A significant portion of the genome is transcribed as long noncoding RNAs (lncRNAs), several of which are known to control gene expression. The repertoire and regulation of lncRNAs in disease-relevant tissues, however, has not been systematically explored. We report a comprehensive strand-specific transcriptome map of human pancreatic islets and β cells, and uncover >1100 intergenic and antisense islet-cell lncRNA genes. We find islet lncRNAs that are dynamically regulated and show that they are an integral component of the β cell differentiation and maturation program. We sequenced the mouse islet transcriptome and identify lncRNA orthologs that are regulated like their human counterparts.

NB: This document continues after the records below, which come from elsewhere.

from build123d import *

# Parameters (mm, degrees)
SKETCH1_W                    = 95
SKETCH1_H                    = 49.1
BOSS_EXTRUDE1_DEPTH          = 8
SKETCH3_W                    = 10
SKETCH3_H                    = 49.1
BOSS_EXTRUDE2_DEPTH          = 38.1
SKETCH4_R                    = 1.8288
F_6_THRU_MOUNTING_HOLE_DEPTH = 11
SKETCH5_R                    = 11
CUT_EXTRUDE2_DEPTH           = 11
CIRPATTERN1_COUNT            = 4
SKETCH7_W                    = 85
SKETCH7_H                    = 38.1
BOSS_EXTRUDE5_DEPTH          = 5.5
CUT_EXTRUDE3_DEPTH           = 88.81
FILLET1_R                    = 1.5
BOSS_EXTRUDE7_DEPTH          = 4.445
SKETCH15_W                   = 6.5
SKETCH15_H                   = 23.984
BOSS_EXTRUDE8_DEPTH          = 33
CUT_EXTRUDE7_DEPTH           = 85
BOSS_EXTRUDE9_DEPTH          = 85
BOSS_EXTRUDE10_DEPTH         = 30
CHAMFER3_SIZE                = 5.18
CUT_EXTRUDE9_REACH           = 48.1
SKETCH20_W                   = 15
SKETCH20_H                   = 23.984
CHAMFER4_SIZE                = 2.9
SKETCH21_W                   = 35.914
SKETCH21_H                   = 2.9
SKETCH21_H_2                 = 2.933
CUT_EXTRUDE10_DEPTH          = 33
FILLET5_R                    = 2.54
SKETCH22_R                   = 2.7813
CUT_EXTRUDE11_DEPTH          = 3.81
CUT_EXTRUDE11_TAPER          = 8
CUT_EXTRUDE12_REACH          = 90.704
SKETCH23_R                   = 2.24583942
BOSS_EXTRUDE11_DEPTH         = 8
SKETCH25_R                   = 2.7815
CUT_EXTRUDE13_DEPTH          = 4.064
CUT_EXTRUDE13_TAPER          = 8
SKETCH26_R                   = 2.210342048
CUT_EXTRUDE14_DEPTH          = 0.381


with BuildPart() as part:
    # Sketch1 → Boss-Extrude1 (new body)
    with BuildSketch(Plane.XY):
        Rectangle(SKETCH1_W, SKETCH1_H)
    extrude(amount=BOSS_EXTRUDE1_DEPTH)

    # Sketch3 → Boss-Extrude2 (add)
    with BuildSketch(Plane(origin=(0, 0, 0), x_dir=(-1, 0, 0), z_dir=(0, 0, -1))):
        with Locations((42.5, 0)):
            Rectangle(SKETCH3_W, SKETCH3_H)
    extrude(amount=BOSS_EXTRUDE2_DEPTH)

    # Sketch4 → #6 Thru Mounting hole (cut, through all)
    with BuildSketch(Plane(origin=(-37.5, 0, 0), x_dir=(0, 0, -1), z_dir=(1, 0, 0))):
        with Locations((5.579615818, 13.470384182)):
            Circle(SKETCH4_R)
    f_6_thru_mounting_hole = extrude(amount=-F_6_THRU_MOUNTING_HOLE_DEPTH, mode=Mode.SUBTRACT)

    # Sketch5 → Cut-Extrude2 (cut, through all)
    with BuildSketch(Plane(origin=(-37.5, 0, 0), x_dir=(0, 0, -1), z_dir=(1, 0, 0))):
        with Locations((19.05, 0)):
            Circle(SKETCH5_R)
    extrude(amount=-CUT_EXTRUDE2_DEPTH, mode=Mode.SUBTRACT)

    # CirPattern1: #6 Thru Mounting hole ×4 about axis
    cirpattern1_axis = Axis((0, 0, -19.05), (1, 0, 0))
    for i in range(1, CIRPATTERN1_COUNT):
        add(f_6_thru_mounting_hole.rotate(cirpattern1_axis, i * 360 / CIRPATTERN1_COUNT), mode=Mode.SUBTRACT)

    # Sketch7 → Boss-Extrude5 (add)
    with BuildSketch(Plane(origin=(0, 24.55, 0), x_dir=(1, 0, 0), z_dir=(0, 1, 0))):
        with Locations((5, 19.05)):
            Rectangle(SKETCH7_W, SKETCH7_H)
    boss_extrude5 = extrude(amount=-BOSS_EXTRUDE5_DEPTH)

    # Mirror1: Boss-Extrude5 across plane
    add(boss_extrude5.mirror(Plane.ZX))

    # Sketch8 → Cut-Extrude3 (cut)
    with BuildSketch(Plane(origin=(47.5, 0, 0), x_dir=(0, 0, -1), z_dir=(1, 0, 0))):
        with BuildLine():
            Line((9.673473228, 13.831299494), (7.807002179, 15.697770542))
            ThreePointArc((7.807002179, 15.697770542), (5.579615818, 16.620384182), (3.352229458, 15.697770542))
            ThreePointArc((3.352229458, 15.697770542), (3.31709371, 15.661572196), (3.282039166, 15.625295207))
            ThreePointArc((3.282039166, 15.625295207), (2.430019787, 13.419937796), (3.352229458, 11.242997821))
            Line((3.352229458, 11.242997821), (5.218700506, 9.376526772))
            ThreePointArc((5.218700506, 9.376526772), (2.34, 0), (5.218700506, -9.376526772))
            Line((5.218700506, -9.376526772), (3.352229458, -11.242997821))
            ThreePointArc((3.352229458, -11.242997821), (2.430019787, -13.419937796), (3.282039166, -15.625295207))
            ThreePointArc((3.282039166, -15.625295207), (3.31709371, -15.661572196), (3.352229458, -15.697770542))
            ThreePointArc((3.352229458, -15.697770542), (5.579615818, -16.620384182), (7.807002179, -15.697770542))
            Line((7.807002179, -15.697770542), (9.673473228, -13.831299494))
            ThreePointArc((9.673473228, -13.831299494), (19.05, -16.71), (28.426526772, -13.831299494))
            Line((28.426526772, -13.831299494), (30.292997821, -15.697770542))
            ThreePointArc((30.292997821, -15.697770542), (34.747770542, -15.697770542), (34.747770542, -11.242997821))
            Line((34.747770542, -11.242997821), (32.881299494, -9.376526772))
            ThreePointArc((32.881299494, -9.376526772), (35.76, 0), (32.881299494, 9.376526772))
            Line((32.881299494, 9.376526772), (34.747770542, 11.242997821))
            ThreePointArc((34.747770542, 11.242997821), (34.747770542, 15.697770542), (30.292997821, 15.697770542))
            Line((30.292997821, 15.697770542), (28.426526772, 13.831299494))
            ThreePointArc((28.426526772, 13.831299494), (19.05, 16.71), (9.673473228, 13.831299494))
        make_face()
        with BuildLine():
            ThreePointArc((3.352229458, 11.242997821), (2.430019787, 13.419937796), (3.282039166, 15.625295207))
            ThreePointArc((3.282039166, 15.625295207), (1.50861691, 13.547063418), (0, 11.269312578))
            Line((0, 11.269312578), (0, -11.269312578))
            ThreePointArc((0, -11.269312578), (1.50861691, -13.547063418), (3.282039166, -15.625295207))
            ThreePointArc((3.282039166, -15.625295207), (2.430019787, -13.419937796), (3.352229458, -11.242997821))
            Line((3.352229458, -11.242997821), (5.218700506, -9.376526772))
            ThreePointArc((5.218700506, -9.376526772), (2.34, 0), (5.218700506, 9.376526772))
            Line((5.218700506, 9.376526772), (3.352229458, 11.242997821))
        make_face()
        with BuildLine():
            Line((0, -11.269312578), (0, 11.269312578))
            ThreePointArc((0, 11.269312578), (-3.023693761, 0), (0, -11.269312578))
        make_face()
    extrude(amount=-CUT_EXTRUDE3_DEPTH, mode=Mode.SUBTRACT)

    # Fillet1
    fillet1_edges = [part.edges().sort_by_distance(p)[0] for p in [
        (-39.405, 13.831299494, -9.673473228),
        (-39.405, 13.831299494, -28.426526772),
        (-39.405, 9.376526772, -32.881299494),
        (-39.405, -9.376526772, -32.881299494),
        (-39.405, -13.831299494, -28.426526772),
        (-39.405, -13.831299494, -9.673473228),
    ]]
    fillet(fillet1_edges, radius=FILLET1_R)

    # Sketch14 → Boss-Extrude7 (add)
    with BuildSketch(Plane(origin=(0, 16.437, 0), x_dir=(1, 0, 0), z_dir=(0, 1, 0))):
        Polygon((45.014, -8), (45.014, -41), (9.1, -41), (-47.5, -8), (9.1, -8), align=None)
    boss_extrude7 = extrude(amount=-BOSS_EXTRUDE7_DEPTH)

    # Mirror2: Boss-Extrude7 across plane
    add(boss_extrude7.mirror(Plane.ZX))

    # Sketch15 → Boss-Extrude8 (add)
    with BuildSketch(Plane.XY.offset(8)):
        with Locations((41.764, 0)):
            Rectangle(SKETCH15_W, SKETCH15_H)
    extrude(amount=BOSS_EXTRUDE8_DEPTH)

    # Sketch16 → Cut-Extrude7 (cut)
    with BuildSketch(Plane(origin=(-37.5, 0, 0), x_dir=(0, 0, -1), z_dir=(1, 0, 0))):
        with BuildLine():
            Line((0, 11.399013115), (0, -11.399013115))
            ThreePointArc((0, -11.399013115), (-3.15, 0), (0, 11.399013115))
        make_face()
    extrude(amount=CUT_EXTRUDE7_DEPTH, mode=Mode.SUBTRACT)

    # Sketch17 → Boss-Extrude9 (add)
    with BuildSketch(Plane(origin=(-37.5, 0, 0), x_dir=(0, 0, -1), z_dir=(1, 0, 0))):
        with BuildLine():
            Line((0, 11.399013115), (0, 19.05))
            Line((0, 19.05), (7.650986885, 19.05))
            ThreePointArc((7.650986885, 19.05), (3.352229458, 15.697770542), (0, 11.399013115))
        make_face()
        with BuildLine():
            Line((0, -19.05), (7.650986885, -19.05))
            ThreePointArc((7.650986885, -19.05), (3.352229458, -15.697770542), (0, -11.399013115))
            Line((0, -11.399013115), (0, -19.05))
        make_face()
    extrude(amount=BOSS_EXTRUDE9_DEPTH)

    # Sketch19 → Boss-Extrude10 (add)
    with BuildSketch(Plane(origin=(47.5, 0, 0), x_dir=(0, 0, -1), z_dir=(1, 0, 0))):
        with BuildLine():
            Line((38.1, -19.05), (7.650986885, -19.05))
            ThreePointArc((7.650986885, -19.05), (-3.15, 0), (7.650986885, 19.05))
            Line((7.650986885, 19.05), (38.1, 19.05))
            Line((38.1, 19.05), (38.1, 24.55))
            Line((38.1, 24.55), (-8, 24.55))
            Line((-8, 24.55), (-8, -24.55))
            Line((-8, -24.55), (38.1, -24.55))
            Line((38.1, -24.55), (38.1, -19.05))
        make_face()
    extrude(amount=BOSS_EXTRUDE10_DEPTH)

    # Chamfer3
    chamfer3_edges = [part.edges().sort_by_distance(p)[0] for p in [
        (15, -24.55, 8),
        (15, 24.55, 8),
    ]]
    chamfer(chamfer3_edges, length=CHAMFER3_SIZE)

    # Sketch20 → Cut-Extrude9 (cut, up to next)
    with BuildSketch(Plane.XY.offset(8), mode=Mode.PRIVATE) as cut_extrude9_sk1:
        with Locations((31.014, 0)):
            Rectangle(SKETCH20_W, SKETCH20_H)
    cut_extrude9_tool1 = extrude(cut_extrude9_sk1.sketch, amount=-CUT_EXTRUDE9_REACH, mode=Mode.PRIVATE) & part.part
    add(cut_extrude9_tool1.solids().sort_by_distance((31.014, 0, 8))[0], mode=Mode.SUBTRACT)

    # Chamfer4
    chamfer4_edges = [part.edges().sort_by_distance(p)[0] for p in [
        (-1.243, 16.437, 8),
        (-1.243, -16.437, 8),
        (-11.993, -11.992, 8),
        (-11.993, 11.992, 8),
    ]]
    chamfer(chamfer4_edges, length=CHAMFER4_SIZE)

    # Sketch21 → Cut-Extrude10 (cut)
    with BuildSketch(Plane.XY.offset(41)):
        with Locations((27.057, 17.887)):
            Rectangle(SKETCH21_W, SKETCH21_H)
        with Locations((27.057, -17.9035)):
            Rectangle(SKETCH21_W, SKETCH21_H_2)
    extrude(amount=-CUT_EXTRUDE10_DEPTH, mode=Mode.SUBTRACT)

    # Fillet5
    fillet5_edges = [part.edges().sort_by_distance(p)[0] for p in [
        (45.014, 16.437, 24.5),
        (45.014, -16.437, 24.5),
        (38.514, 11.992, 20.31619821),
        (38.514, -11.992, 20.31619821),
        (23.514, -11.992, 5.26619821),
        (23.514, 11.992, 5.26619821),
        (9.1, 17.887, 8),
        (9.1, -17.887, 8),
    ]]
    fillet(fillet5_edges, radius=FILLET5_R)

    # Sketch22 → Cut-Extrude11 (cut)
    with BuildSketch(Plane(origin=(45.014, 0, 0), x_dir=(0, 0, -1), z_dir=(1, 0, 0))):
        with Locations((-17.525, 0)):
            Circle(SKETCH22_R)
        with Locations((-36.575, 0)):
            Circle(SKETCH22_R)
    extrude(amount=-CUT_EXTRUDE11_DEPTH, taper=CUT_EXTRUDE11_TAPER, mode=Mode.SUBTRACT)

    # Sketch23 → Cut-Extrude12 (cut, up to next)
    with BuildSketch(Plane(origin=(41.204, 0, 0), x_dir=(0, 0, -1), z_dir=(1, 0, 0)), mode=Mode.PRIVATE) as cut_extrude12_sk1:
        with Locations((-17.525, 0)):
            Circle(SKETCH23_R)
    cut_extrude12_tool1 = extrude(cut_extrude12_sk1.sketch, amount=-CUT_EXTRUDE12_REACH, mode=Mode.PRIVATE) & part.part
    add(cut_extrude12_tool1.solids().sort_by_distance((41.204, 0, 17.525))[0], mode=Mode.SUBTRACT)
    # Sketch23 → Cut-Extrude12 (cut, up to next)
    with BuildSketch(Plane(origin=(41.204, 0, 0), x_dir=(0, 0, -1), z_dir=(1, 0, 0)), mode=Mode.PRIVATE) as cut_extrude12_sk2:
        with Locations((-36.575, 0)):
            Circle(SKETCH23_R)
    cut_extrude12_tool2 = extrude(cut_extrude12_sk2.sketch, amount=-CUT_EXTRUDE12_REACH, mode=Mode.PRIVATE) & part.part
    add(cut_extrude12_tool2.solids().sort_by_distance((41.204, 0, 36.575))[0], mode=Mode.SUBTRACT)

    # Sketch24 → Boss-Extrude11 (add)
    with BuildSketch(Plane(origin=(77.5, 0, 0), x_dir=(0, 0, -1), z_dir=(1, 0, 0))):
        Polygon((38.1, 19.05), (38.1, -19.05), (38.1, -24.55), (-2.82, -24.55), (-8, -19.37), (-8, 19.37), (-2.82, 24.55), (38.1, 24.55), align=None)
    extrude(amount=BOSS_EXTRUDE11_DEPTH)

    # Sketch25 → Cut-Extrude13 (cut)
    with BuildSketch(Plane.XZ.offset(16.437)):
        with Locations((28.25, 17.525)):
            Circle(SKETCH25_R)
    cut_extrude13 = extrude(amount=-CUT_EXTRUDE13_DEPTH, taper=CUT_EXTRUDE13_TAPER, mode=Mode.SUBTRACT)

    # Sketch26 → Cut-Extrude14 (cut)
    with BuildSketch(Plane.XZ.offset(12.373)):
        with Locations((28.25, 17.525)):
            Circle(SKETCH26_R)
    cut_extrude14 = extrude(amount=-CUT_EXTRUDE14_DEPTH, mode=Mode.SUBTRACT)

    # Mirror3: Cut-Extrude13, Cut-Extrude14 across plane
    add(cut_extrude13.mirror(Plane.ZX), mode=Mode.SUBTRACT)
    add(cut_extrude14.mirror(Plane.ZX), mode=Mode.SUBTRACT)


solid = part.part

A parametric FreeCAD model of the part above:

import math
import FreeCAD as App
import Part
import Sketcher


def edges_at(feature, points):
    """Names of the edges that pass closest to the given points."""
    edges = feature.Shape.Edges
    near = lambda p: min(range(len(edges)), key=lambda i: edges[i].distToShape(Part.Vertex(*p))[0])
    return sorted({f"Edge{near(p) + 1}" for p in points})


def add_polygon(sketch, points):
    """Adds a closed chain of lines whose ends are joined by coincident constraints."""
    first, n = sketch.GeometryCount, len(points)
    for a, b in zip(points, points[1:] + points[:1]):
        sketch.addGeometry(Part.LineSegment(App.Vector(*a, 0), App.Vector(*b, 0)), False)
    for i in range(n):
        sketch.addConstraint(Sketcher.Constraint("Coincident", first + i, 2, first + (i + 1) % n, 1))

doc = App.newDocument("Part")
body = doc.addObject("PartDesign::Body", "Body")

# Sketch on XY plane
sketch1 = body.newObject("Sketcher::SketchObject", "Sketch")
sketch1.AttachmentSupport = (doc.getObject("XY_Plane"), [""])
sketch1.MapMode = "FlatFace"
add_polygon(sketch1, [(-48, 25), (-48, -25), (48, -25), (48, 25)])  # lines 0-3
sketch1.addConstraint(Sketcher.Constraint("Vertical", 0))
sketch1.addConstraint(Sketcher.Constraint("Horizontal", 1))
sketch1.addConstraint(Sketcher.Constraint("Vertical", 2))
sketch1.addConstraint(Sketcher.Constraint("Horizontal", 3))
sketch1.addConstraint(Sketcher.Constraint("Symmetric", 0, 2, 2, 2, -1, 1))
sketch1.addConstraint(Sketcher.Constraint("DistanceX", 1, 1, 1, 2, 95.0))
sketch1.addConstraint(Sketcher.Constraint("DistanceY", 0, 2, 0, 1, 49.1))
pad1 = body.newObject("PartDesign::Pad", "Pad")
pad1.Profile = sketch1
pad1.Length = 8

Depletion of HI-LNC25, a β cell-specific lncRNA, downregulated GLIS3 mRNA, thus exemplifying a gene regulatory function of islet lncRNAs. Finally, selected islet lncRNAs were dysregulated in type 2 diabetes or mapped to genetic loci underlying diabetes susceptibility. These findings reveal a new class of islet-cell genes relevant to β cell programming and diabetes pathophysiology.